Parkinsons disease is a complex neurodegenerative disorder, affecting approximately one million individuals in the USA alone. A significant proportion of risk for Parkinsons disease is driven by genetics. Despite this, the majority of the common genetic variation that contributes to disease risk is unknown, in-part because previous genetic studies have focussed solely on the contribution of single nucleotide variants. Structural variants represent a significant source of genetic variation in the human genome. However, because assay of this variability is challenging, structural variants have not been cataloged on a genome-wide scale, and their contribution to the risk of Parkinsons disease remains unknown. In this study, we 1) leveraged the GATK-SV pipeline to detect and genotype structural variants in 7,772 short-read sequencing data and 2) generated a subset of matched whole-genome Oxford Nanopore Technologies long-read sequencing data from the PPMI cohort to allow for comprehensive structural variant confirmation. We detected, genotyped, and tested 3,154 high-confidence common structural variant loci, representing over 412 million nucleotides of non-reference genetic variation. Using the long-read sequencing data, we validated three structural variants that may drive the association signals at known Parkinsons disease risk loci, including a 2kb intronic deletion within the gene LRRN4. Further, we confirm that the majority of structural variants in the human genome cannot be detected using short-read sequencing alone, encompassing on average around 4 million nucleotides of inaccessible sequence per genome. Therefore, although these data provide the most comprehensive survey of the contribution of structural variants to the genetic risk of Parkinsons disease to date, this study highlights the need for large-scale long-read datasets to fully elucidate the role of structural variants in Parkinsons disease.

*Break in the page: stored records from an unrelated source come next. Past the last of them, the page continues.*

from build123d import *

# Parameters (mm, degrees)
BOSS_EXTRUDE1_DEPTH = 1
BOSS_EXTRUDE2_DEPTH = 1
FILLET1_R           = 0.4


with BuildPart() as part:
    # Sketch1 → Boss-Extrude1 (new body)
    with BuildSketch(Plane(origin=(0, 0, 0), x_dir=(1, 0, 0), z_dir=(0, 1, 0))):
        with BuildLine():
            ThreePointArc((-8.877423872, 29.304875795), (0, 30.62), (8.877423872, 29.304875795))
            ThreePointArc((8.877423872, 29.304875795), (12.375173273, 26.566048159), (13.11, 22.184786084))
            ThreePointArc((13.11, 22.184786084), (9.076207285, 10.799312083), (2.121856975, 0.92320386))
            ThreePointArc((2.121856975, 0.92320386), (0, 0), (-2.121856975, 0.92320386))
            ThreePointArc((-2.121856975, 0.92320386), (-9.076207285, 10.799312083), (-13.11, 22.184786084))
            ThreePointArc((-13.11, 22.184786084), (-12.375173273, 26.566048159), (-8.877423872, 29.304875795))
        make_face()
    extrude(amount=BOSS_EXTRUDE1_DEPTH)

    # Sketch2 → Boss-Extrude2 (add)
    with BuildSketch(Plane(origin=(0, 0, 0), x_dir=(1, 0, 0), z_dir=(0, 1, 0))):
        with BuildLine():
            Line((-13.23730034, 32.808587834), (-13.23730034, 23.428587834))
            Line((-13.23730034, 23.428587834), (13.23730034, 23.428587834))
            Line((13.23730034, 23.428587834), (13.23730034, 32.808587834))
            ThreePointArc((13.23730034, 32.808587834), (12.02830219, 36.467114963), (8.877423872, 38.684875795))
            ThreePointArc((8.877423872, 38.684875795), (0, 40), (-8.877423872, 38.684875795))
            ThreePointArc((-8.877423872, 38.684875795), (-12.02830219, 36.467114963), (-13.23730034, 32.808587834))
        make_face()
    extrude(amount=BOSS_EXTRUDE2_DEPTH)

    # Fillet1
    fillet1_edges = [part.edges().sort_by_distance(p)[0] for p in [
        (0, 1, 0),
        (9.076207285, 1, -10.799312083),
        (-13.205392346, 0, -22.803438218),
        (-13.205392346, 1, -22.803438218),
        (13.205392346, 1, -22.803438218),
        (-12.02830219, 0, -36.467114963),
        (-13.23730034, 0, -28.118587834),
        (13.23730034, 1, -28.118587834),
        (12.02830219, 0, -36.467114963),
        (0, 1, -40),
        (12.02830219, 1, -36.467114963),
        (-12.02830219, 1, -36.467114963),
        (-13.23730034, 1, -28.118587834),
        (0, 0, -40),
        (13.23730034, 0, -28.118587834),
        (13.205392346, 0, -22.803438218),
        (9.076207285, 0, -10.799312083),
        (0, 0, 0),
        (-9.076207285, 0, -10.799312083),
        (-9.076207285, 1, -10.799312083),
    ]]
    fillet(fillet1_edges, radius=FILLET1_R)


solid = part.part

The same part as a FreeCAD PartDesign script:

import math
import FreeCAD as App
import Part
import Sketcher
from FreeCAD import Vector


def edges_at(feature, points):
    """Names of the edges that pass closest to the given points."""
    edges = feature.Shape.Edges
    near = lambda p: min(range(len(edges)), key=lambda i: edges[i].distToShape(Part.Vertex(*p))[0])
    return sorted({f"Edge{near(p) + 1}" for p in points})

doc = App.newDocument("Part")
body = doc.addObject("PartDesign::Body", "Body")

# Sketch on XZ plane
sketch1 = doc.addObject("Sketcher::SketchObject", "Sketch")
body.addObject(sketch1)
sketch1.AttachmentSupport = (doc.XZ_Plane, [""])
sketch1.MapMode = "FlatFace"
sketch1.addGeometry(Part.ArcOfCircle(Part.Circle(Vector(0, 0, 0), Vector(0, 0, 1), 30.6), math.radians(-107), math.radians(-73)), False)
sketch1.addGeometry(Part.ArcOfCircle(Part.Circle(Vector(-7.1, -23.4, 0), Vector(0, 0, 1), 6.1), math.radians(168), math.radians(253)), False)
sketch1.addGeometry(Part.ArcOfCircle(Part.Circle(Vector(30.3, -31.2, 0), Vector(0, 0, 1), 44.4), math.radians(137), math.radians(168)), False)
sketch1.addGeometry(Part.ArcOfCircle(Part.Circle(Vector(0, -2.9, 0), Vector(0, 0, 1), 2.9), math.radians(43), math.radians(137)), False)
sketch1.addGeometry(Part.ArcOfCircle(Part.Circle(Vector(-30.3, -31.2, 0), Vector(0, 0, 1), 44.4), math.radians(12), math.radians(43)), False)
sketch1.addGeometry(Part.ArcOfCircle(Part.Circle(Vector(7.1, -23.4, 0), Vector(0, 0, 1), 6.1), math.radians(-73), math.radians(12)), False)
sketch1.addConstraint(Sketcher.Constraint("Tangent", 0, 1, 1, 2))
sketch1.addConstraint(Sketcher.Constraint("Tangent", 1, 1, 2, 2))
sketch1.addConstraint(Sketcher.Constraint("Tangent", 2, 1, 3, 2))
sketch1.addConstraint(Sketcher.Constraint("Tangent", 3, 1, 4, 2))
sketch1.addConstraint(Sketcher.Constraint("Tangent", 4, 1, 5, 2))
sketch1.addConstraint(Sketcher.Constraint("Tangent", 5, 1, 0, 2))
sketch1.addConstraint(Sketcher.Constraint("Coincident", 0, 3, -1, 1))
sketch1.addConstraint(Sketcher.Constraint("Equal", 2, 4))
sketch1.addConstraint(Sketcher.Constraint("Equal", 1, 5))
sketch1.addConstraint(Sketcher.Constraint("Symmetric", 2, 3, 4, 3, -2))
sketch1.addConstraint(Sketcher.Constraint("Radius", 3, 2.9))
sketch1.addConstraint(Sketcher.Constraint("Radius", 0, 30.62))
sketch1.addConstraint(Sketcher.Constraint("Radius", 1, 6.14))
sketch1.addConstraint(Sketcher.Constraint("Radius", 2, 44.38))
sketch1.addConstraint(Sketcher.Constraint("DistanceY", 3, 3, -1, 1, 2.9))
sketch1.addConstraint(Sketcher.Constraint("DistanceX", 1, 1, -1, 1, 13.11))
pad1 = doc.addObject("PartDesign::Pad", "Pad")
body.addObject(pad1)
pad1.Profile = sketch1
pad1.Length = 1
pad1.Reversed = True

# Sketch on XZ plane
sketch2 = doc.addObject("Sketcher::SketchObject", "Sketch001")
body.addObject(sketch2)
sketch2.AttachmentSupport = (doc.XZ_Plane, [""])
sketch2.MapMode = "FlatFace"
sketch2.addGeometry(Part.LineSegment(Vector(-13, -33, 0), Vector(-13, -23, 0)), False)
sketch2.addGeometry(Part.LineSegment(Vector(-13, -23, 0), Vector(13, -23, 0)), False)
sketch2.addGeometry(Part.LineSegment(Vector(13, -23, 0), Vector(13, -33, 0)), False)
sketch2.addGeometry(Part.ArcOfCircle(Part.Circle(Vector(7, -33, 0), Vector(0, 0, 1), 6), math.radians(-73), math.radians(0)), False)
sketch2.addGeometry(Part.ArcOfCircle(Part.Circle(Vector(0, -9, 0), Vector(0, 0, 1), 31), math.radians(-107), math.radians(-73)), False)
sketch2.addGeometry(Part.ArcOfCircle(Part.Circle(Vector(-7, -33, 0), Vector(0, 0, 1), 6), math.radians(180), math.radians(253)), False)
sketch2.addConstraint(Sketcher.Constraint("Coincident", 0, 2, 1, 1))
sketch2.addConstraint(Sketcher.Constraint("Coincident", 1, 2, 2, 1))
sketch2.addConstraint(Sketcher.Constraint("Tangent", 2, 2, 3, 2))
sketch2.addConstraint(Sketcher.Constraint("Tangent", 3, 1, 4, 2))
sketch2.addConstraint(Sketcher.Constraint("Tangent", 4, 1, 5, 2))
sketch2.addConstraint(Sketcher.Constraint("Tangent", 5, 1, 0, 1))
sketch2.addConstraint(Sketcher.Constraint("Vertical", 0))
sketch2.addConstraint(Sketcher.Constraint("Horizontal", 1))
sketch2.addConstraint(Sketcher.Constraint("Vertical", 2))
sketch2.addConstraint(Sketcher.Constraint("Equal", 3, 5))
sketch2.addConstraint(Sketcher.Constraint("Symmetric", 3, 3, 5, 3, -2))
sketch2.addConstraint(Sketcher.Constraint("Radius", 3, 6.14))
sketch2.addConstraint(Sketcher.Constraint("Radius", 4, 30.62))
sketch2.addConstraint(Sketcher.Constraint("DistanceY", 0, 1, 0, 2, 9.38))
sketch2.addConstraint(Sketcher.Constraint("DistanceY", 4, 3, -1, 1, 9.38))
sketch2.addConstraint(Sketcher.Constraint("DistanceX", 1, 1, 1, 2, 26.474601))
pad2 = doc.addObject("PartDesign::Pad", "Pad001")
body.addObject(pad2)
pad2.Profile = sketch2
pad2.Length = 1
pad2.Reversed = True
doc.recompute()

fillet = doc.addObject("PartDesign::Fillet", "Fillet")
body.addObject(fillet)
fillet.Base = (pad2, edges_at(pad2, [
    (0, 1, 0),
    (9.076, 1, -10.799),
    (-13.205, 0, -22.803),
    (-13.205, 1, -22.803),
    (13.205, 1, -22.803),
    (-12.028, 0, -36.467),
    (-13.237, 0, -28.119),
    (13.237, 1, -28.119),
    (12.028, 0, -36.467),
    (0, 1, -40),
    (12.028, 1, -36.467),
    (-12.028, 1, -36.467),
    (-13.237, 1, -28.119),
    (0, 0, -40),
    (13.237, 0, -28.119),
    (13.205, 0, -22.803),
    (9.076, 0, -10.799),
    (0, 0, 0),
    (-9.076, 0, -10.799),
    (-9.076, 1, -10.799),
]))
fillet.Radius = 0.4

doc.recompute()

Competing Interest Statement

D.V. and M.A.N.'s participation in this project was part of a competitive contract awarded to Data Tecnica International LLC by the National Institutes of Health to support open science research. M.A.N. also currently serves on the scientific advisory board for Clover Therapeutics and is an advisor to Neuron23 Inc . BT currently serves on the Editorial board of EclinicalMedicine, JNNP, NBA, is an Associate Editor for Brain and has a collaborative research agreement with Ionis Pharmaceuticals, Roche and Optimeos. FJS receives research support from Illumina, ONT and PacBio. AM works for ONT.M.E.T. receives research funding and/or reagents from Levo Therapeutics, Microsoft Inc., and Illumina Inc.